- [PROBLEM TO SOLVE]: Transcribe exactly the first line of the listing below and each line that follows it, ending with the line that contains "line L18 (2, 30) -> (20.96, 17.5)", and omit the remainder.

THE RECORDS START

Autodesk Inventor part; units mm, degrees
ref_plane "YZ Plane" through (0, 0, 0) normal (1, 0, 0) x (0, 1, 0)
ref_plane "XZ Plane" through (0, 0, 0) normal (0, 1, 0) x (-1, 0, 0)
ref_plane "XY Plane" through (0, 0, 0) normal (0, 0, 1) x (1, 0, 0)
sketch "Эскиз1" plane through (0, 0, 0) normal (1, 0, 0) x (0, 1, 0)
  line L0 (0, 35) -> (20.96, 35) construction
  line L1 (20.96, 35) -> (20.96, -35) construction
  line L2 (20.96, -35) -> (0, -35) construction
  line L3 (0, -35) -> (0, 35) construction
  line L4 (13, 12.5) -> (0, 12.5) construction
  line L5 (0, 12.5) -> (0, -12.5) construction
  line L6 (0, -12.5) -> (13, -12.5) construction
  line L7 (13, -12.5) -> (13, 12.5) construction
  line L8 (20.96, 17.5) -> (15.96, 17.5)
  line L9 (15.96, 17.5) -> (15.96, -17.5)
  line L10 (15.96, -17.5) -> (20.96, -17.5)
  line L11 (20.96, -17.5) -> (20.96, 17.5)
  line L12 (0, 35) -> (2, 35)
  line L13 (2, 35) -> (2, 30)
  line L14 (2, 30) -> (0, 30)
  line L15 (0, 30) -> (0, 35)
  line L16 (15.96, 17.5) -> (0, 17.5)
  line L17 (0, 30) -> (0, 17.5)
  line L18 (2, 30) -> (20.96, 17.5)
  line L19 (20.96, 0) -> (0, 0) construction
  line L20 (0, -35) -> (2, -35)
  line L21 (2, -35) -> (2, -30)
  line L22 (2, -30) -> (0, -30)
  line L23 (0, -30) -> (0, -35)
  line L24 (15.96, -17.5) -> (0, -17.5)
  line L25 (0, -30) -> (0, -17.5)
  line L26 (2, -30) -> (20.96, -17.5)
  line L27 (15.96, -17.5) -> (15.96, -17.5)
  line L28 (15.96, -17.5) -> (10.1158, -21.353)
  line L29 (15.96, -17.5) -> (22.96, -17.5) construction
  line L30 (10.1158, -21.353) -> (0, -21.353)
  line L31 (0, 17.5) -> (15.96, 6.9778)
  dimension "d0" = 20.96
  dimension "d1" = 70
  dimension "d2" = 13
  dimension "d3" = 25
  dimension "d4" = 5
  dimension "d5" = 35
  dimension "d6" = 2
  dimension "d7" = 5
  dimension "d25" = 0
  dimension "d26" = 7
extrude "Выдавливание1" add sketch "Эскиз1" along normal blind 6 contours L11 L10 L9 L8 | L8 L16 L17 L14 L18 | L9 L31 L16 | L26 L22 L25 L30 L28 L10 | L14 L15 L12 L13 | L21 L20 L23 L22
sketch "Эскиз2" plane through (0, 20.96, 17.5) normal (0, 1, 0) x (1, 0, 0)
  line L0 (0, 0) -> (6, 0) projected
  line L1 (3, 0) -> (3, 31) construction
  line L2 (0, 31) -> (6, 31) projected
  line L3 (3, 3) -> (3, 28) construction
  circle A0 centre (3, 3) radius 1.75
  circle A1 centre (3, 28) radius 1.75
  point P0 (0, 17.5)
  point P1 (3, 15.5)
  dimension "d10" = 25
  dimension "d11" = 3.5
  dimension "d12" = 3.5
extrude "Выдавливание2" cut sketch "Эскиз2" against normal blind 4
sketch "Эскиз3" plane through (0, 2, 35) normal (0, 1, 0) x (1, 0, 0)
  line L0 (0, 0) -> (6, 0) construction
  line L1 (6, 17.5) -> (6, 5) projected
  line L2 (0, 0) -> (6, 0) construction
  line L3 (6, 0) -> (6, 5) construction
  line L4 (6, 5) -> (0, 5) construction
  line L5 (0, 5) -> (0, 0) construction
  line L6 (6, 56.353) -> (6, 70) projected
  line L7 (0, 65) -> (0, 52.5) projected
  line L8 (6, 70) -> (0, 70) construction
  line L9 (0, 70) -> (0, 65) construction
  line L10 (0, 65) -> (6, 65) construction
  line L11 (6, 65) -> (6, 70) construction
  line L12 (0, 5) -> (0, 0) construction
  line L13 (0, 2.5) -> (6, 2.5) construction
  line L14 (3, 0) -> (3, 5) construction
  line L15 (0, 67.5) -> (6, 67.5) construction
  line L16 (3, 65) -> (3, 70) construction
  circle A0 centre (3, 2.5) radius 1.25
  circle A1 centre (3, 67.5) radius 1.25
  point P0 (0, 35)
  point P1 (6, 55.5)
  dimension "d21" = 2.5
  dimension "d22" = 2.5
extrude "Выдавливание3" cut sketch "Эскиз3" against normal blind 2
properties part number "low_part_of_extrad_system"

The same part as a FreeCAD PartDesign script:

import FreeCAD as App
import Part
import Sketcher

V = App.Vector
Q = App.Units.Quantity


def add_polygon(sketch, points):
    """Adds a closed chain of lines whose ends are joined by coincident constraints."""
    first, n = sketch.GeometryCount, len(points)
    for a, b in zip(points, points[1:] + points[:1]):
        sketch.addGeometry(Part.LineSegment(App.Vector(*a, 0), App.Vector(*b, 0)), False)
    for i in range(n):
        sketch.addConstraint(Sketcher.Constraint("Coincident", first + i, 2, first + (i + 1) % n, 1))

doc = App.newDocument("Part")
body = doc.addObject("PartDesign::Body", "Body")

# Sketch on YZ plane
sketch1 = body.newObject("Sketcher::SketchObject", "Sketch")
sketch1.AttachmentSupport = (doc.getObject("YZ_Plane"), [""])
sketch1.MapMode = "FlatFace"
add_polygon(sketch1, [(21, -17.5), (21, 17.5), (2, 30), (2, 35), (0, 35), (0, 17.5), (16, 7), (16, -17.5), (10.1, -21.4), (0, -21.4), (0, -35), (2, -35), (2, -30)])  # lines 0-12
sketch1.addConstraint(Sketcher.Constraint("Vertical", 0))
sketch1.addConstraint(Sketcher.Constraint("Vertical", 2))
sketch1.addConstraint(Sketcher.Constraint("Horizontal", 3))
sketch1.addConstraint(Sketcher.Constraint("Vertical", 4))
sketch1.addConstraint(Sketcher.Constraint("Vertical", 6))
sketch1.addConstraint(Sketcher.Constraint("Horizontal", 8))
sketch1.addConstraint(Sketcher.Constraint("Vertical", 9))
sketch1.addConstraint(Sketcher.Constraint("Horizontal", 10))
sketch1.addConstraint(Sketcher.Constraint("Vertical", 11))
sketch1.addConstraint(Sketcher.Constraint("Symmetric", 3, 2, 9, 2, -1, 1))
sketch1.addConstraint(Sketcher.Constraint("Symmetric", 1, 2, 11, 2, -1))
sketch1.addConstraint(Sketcher.Constraint("PointOnObject", 3, 2, -2))
sketch1.addConstraint(Sketcher.Constraint("Parallel", 1, 5))
sketch1.addConstraint(Sketcher.Constraint("Parallel", 7, 12))
sketch1.addConstraint(Sketcher.Constraint("Horizontal", 0, 2, 4, 2))
sketch1.addConstraint(Sketcher.Constraint("Horizontal", 6, 2, 12, 2))
sketch1.addConstraint(Sketcher.Constraint("Equal", 1, 12))
sketch1.addConstraint(Sketcher.Constraint("DistanceX", 3, 2, 3, 1, Q("2 mm")))
sketch1.addConstraint(Sketcher.Constraint("DistanceY", 0, 1, 0, 2, Q("35 mm")))
sketch1.addConstraint(Sketcher.Constraint("DistanceY", 2, 1, 2, 2, Q("5 mm")))
sketch1.addConstraint(Sketcher.Constraint("Distance", 7, Q("7 mm")))
sketch1.addConstraint(Sketcher.Constraint("DistanceY", -1, 1, 2, 2, Q("35 mm")))
sketch1.addConstraint(Sketcher.Constraint("DistanceX", 5, 2, 0, 2, Q("5 mm")))
sketch1.addConstraint(Sketcher.Constraint("DistanceX", -1, 1, 0, 2, Q("20.96 mm")))
pad1 = body.newObject("PartDesign::Pad", "Pad")
pad1.Profile = sketch1
pad1.Length = 6

# Sketch on XZ plane
sketch2 = body.newObject("Sketcher::SketchObject", "Sketch001")
sketch2.AttachmentSupport = (doc.getObject("XZ_Plane"), [""])
sketch2.MapMode = "FlatFace"
sketch2.AttachmentOffset = App.Placement(V(0, 0, -20.96), App.Rotation())
sketch2.addGeometry(Part.Circle(V(3, 14.5, 0), V(0, 0, 1), 1.8), False)
sketch2.addGeometry(Part.Circle(V(3, -10.5, 0), V(0, 0, 1), 1.8), False)
sketch2.addConstraint(Sketcher.Constraint("Equal", 0, 1))
sketch2.addConstraint(Sketcher.Constraint("Vertical", 0, 3, 1, 3))
sketch2.addConstraint(Sketcher.Constraint("Diameter", 0, Q("3.5 mm")))
sketch2.addConstraint(Sketcher.Constraint("DistanceY", 1, 3, 0, 3, Q("25 mm")))
sketch2.addConstraint(Sketcher.Constraint("DistanceX", -1, 1, 0, 3, Q("3 mm")))
sketch2.addConstraint(Sketcher.Constraint("DistanceY", -1, 1, 0, 3, Q("14.5 mm")))
pocket1 = body.newObject("PartDesign::Pocket", "Pocket")
pocket1.Profile = sketch2
pocket1.Length = 4
pocket1.Reversed = True

# Sketch on XZ plane
sketch3 = body.newObject("Sketcher::SketchObject", "Sketch002")
sketch3.AttachmentSupport = (doc.getObject("XZ_Plane"), [""])
sketch3.MapMode = "FlatFace"
sketch3.AttachmentOffset = App.Placement(V(0, 0, -2), App.Rotation())
sketch3.addGeometry(Part.Circle(V(3, 32.5, 0), V(0, 0, 1), 1.2), False)
sketch3.addGeometry(Part.Circle(V(3, -32.5, 0), V(0, 0, 1), 1.2), False)
sketch3.addConstraint(Sketcher.Constraint("Equal", 0, 1))
sketch3.addConstraint(Sketcher.Constraint("Symmetric", 0, 3, 1, 3, -1))
sketch3.addConstraint(Sketcher.Constraint("Diameter", 0, Q("2.5 mm")))
sketch3.addConstraint(Sketcher.Constraint("DistanceX", -1, 1, 0, 3, Q("3 mm")))
sketch3.addConstraint(Sketcher.Constraint("DistanceY", 1, 3, 0, 3, Q("65 mm")))
pocket2 = body.newObject("PartDesign::Pocket", "Pocket001")
pocket2.Profile = sketch3
pocket2.Length = 2
pocket2.Reversed = True

doc.recompute()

THE RECORDS END

- [SOLVED EXERCISE]:
Autodesk Inventor part; units mm, degrees
ref_plane "YZ Plane" through (0, 0, 0) normal (1, 0, 0) x (0, 1, 0)
ref_plane "XZ Plane" through (0, 0, 0) normal (0, 1, 0) x (-1, 0, 0)
ref_plane "XY Plane" through (0, 0, 0) normal (0, 0, 1) x (1, 0, 0)
sketch "Эскиз1" plane through (0, 0, 0) normal (1, 0, 0) x (0, 1, 0)
  line L0 (0, 35) -> (20.96, 35) construction
  line L1 (20.96, 35) -> (20.96, -35) construction
  line L2 (20.96, -35) -> (0, -35) construction
  line L3 (0, -35) -> (0, 35) construction
  line L4 (13, 12.5) -> (0, 12.5) construction
  line L5 (0, 12.5) -> (0, -12.5) construction
  line L6 (0, -12.5) -> (13, -12.5) construction
  line L7 (13, -12.5) -> (13, 12.5) construction
  line L8 (20.96, 17.5) -> (15.96, 17.5)
  line L9 (15.96, 17.5) -> (15.96, -17.5)
  line L10 (15.96, -17.5) -> (20.96, -17.5)
  line L11 (20.96, -17.5) -> (20.96, 17.5)
  line L12 (0, 35) -> (2, 35)
  line L13 (2, 35) -> (2, 30)
  line L14 (2, 30) -> (0, 30)
  line L15 (0, 30) -> (0, 35)
  line L16 (15.96, 17.5) -> (0, 17.5)
  line L17 (0, 30) -> (0, 17.5)
  line L18 (2, 30) -> (20.96, 17.5)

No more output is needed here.